* Records:
=-=-=-=-=
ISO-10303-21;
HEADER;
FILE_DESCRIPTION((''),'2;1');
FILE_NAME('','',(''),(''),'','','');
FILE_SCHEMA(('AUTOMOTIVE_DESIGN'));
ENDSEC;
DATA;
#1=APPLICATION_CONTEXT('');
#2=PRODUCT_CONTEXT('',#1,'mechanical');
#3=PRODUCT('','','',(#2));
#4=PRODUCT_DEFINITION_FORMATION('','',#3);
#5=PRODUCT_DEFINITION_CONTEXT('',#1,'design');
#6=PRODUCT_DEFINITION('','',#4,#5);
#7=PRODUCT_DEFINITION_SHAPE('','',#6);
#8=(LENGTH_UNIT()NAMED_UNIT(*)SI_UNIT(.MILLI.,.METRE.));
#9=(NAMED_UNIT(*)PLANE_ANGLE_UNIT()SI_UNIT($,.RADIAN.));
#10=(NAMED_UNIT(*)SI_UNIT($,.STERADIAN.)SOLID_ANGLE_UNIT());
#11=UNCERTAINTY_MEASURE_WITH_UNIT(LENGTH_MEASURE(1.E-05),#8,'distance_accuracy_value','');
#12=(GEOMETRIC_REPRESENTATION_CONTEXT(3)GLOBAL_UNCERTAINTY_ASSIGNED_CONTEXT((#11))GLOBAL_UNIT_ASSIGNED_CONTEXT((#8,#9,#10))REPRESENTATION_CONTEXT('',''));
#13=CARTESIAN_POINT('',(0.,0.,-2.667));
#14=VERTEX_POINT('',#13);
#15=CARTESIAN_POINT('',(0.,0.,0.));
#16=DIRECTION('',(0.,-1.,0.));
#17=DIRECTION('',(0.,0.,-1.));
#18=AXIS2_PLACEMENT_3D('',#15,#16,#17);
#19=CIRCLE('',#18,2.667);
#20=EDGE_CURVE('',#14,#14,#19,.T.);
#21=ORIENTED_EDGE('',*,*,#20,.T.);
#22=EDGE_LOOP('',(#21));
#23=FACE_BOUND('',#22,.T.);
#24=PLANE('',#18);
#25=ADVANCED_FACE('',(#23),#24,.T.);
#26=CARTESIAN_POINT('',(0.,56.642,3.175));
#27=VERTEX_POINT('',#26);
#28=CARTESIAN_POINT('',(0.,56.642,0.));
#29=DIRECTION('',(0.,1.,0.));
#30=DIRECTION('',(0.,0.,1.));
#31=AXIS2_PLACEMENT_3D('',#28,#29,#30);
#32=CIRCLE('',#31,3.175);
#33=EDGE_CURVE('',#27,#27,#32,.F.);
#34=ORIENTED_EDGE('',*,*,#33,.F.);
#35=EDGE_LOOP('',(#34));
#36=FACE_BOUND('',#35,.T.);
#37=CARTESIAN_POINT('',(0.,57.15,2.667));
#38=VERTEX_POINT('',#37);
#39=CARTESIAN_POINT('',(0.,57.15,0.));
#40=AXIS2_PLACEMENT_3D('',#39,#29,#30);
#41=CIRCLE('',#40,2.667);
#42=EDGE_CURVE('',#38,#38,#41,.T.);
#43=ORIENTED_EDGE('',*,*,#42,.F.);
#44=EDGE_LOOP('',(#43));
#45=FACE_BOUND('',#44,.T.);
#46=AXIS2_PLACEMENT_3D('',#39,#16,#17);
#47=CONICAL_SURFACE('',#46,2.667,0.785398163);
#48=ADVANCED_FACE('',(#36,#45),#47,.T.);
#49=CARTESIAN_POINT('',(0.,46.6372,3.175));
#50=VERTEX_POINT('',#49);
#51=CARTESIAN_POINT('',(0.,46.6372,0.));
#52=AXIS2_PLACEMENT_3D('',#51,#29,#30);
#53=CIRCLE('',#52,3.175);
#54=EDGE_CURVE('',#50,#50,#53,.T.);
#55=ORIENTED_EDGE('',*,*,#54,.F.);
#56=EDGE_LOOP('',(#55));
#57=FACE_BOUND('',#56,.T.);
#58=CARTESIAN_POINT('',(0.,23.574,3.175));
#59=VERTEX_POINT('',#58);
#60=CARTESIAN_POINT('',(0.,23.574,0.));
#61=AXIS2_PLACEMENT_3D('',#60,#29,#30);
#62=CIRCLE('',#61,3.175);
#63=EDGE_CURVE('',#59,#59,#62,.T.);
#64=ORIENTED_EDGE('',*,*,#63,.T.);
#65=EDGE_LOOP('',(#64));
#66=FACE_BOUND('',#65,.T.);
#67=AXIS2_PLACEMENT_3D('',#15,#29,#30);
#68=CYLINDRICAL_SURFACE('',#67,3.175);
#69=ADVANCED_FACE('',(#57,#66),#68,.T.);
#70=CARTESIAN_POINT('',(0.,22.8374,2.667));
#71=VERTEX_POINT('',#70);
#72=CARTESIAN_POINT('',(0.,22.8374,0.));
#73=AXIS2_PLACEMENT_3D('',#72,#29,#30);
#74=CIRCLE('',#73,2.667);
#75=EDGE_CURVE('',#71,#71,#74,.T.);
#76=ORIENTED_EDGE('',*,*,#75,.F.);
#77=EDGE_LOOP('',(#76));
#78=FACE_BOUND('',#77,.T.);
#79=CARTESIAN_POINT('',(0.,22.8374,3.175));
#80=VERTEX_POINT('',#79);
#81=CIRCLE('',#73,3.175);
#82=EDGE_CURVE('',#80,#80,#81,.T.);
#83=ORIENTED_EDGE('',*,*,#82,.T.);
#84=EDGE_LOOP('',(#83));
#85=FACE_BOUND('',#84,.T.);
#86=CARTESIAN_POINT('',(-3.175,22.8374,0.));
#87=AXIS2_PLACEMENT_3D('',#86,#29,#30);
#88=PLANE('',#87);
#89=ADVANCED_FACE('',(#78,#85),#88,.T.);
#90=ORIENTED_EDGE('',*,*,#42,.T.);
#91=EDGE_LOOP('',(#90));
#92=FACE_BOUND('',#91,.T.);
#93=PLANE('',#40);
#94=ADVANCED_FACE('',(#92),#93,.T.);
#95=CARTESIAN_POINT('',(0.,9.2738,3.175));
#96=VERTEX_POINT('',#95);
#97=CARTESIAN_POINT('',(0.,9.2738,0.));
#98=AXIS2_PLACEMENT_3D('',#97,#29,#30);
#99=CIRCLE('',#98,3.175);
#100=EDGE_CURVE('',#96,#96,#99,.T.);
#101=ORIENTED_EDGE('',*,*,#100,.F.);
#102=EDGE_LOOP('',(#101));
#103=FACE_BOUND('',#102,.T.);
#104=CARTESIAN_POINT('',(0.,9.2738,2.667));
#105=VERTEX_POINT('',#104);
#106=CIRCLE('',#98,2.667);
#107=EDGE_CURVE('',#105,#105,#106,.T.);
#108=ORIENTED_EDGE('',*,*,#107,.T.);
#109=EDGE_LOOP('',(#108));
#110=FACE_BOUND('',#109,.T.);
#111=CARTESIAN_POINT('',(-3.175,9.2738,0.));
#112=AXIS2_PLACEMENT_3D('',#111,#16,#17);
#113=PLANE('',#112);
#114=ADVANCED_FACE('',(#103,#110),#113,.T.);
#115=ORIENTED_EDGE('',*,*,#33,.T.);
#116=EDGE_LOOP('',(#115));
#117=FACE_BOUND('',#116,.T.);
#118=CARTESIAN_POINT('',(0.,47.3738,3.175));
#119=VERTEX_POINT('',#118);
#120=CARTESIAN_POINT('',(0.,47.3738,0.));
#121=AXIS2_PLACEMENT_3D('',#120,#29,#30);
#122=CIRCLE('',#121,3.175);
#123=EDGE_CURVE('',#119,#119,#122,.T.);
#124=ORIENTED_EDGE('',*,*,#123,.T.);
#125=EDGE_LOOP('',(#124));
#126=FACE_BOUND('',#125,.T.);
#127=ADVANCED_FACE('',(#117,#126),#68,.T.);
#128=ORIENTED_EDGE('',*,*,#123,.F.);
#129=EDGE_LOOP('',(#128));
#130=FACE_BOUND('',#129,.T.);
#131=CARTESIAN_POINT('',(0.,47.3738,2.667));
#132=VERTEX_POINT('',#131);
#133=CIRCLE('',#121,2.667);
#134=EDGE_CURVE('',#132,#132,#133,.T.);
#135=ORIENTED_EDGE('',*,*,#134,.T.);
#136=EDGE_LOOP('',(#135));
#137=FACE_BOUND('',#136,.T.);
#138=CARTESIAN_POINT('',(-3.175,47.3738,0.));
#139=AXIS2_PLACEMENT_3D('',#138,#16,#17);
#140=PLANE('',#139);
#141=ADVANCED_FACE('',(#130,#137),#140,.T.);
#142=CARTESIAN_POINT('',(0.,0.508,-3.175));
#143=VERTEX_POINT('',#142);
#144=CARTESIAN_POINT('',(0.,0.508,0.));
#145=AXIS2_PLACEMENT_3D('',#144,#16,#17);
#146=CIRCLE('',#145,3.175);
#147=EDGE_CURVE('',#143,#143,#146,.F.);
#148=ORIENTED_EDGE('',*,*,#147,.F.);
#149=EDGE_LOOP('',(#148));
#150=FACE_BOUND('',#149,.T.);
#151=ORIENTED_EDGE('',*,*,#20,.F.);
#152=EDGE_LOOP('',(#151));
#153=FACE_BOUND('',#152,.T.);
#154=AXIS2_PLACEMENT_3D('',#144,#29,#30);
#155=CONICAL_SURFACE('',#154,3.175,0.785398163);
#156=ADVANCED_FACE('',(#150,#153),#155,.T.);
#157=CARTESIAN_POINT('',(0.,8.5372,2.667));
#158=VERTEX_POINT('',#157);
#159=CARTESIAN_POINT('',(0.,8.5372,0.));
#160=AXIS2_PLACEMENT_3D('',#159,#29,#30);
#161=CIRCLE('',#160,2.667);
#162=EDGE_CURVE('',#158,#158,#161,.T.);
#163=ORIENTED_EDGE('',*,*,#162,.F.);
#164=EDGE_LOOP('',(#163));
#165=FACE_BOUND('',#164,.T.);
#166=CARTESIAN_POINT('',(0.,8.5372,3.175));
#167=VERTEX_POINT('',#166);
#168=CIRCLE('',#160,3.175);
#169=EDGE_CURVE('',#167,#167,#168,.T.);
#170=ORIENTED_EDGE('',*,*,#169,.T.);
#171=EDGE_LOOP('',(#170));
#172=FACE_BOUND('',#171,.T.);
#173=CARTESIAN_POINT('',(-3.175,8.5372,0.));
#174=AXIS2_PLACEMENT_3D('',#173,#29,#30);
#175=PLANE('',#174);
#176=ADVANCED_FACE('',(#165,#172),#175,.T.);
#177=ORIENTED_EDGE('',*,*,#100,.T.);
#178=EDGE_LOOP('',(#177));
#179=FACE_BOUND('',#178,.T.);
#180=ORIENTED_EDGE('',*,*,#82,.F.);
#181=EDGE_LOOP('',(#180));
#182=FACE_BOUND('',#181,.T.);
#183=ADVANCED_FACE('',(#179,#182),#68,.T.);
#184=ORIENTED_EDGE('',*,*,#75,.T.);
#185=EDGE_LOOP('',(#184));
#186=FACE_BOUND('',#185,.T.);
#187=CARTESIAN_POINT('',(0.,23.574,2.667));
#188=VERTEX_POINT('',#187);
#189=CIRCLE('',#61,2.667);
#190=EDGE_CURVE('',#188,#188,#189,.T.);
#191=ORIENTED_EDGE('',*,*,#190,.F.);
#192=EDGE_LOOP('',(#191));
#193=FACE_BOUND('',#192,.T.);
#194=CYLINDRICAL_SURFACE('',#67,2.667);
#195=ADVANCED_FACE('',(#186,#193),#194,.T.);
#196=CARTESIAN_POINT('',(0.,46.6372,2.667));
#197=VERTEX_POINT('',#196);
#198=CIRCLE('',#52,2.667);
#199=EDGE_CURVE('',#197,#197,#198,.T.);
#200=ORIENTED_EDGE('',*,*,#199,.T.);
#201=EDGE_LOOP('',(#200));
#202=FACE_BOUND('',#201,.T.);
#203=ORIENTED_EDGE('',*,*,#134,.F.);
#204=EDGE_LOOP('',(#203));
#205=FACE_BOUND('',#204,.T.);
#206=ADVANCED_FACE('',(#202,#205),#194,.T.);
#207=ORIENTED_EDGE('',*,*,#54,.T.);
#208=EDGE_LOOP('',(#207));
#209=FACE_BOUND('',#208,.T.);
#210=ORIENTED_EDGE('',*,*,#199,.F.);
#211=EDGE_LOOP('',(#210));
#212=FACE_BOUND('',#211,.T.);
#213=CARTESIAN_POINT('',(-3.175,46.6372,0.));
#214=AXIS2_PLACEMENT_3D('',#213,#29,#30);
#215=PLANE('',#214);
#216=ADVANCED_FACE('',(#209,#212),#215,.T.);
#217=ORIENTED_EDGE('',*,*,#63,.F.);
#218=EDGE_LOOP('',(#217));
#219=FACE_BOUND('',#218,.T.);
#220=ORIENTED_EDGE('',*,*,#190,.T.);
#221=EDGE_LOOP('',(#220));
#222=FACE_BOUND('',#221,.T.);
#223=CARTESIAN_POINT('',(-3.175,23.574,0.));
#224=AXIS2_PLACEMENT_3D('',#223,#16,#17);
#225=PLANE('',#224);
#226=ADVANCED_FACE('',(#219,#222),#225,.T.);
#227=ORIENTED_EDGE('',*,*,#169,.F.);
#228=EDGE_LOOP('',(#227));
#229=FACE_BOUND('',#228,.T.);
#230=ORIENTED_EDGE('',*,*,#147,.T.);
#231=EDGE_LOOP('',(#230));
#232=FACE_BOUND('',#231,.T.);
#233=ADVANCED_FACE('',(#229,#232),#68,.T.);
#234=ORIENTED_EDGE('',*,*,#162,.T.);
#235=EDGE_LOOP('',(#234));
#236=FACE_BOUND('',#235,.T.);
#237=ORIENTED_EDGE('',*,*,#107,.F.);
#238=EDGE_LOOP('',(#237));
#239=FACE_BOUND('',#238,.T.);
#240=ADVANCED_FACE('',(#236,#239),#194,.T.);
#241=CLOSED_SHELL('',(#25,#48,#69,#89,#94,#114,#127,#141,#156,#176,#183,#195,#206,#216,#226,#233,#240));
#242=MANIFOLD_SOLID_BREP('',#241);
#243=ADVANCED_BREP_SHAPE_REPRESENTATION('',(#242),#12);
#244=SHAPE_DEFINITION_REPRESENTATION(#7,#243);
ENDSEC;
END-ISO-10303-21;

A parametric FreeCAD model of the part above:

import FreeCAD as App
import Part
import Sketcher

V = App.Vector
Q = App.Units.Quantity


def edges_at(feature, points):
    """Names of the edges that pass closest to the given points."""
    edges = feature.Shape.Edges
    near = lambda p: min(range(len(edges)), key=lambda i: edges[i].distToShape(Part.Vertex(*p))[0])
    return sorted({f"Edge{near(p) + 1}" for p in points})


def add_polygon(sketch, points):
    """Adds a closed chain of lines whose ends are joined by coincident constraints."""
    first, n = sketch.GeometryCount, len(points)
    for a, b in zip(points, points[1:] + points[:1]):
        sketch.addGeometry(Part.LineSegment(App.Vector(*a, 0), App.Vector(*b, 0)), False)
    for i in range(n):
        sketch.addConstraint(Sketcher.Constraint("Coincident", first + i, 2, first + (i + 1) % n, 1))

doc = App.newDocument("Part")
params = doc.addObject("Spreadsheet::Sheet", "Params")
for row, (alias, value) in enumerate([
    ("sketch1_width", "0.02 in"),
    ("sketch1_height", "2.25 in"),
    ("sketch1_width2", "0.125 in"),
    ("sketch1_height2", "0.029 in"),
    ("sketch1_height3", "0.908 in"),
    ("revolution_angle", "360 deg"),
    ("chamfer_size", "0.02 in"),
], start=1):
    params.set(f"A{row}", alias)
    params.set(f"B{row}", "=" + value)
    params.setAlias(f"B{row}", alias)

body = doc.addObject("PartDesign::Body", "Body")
=-=-=-=-=
* Problem statement: Above this task is a listing. Restate, word for word and with nothing added, the lines from the one with "#141=ADVANCED_FACE('',(#130,#137),#140,.T.);" through the one with "#156=ADVANCED_FACE('',(#150,#153),#155,.T.);".

* Exercise result:
#141=ADVANCED_FACE('',(#130,#137),#140,.T.);
#142=CARTESIAN_POINT('',(0.,0.508,-3.175));
#143=VERTEX_POINT('',#142);
#144=CARTESIAN_POINT('',(0.,0.508,0.));
#145=AXIS2_PLACEMENT_3D('',#144,#16,#17);
#146=CIRCLE('',#145,3.175);
#147=EDGE_CURVE('',#143,#143,#146,.F.);
#148=ORIENTED_EDGE('',*,*,#147,.F.);
#149=EDGE_LOOP('',(#148));
#150=FACE_BOUND('',#149,.T.);
#151=ORIENTED_EDGE('',*,*,#20,.F.);
#152=EDGE_LOOP('',(#151));
#153=FACE_BOUND('',#152,.T.);
#154=AXIS2_PLACEMENT_3D('',#144,#29,#30);
#155=CONICAL_SURFACE('',#154,3.175,0.785398163);
#156=ADVANCED_FACE('',(#150,#153),#155,.T.);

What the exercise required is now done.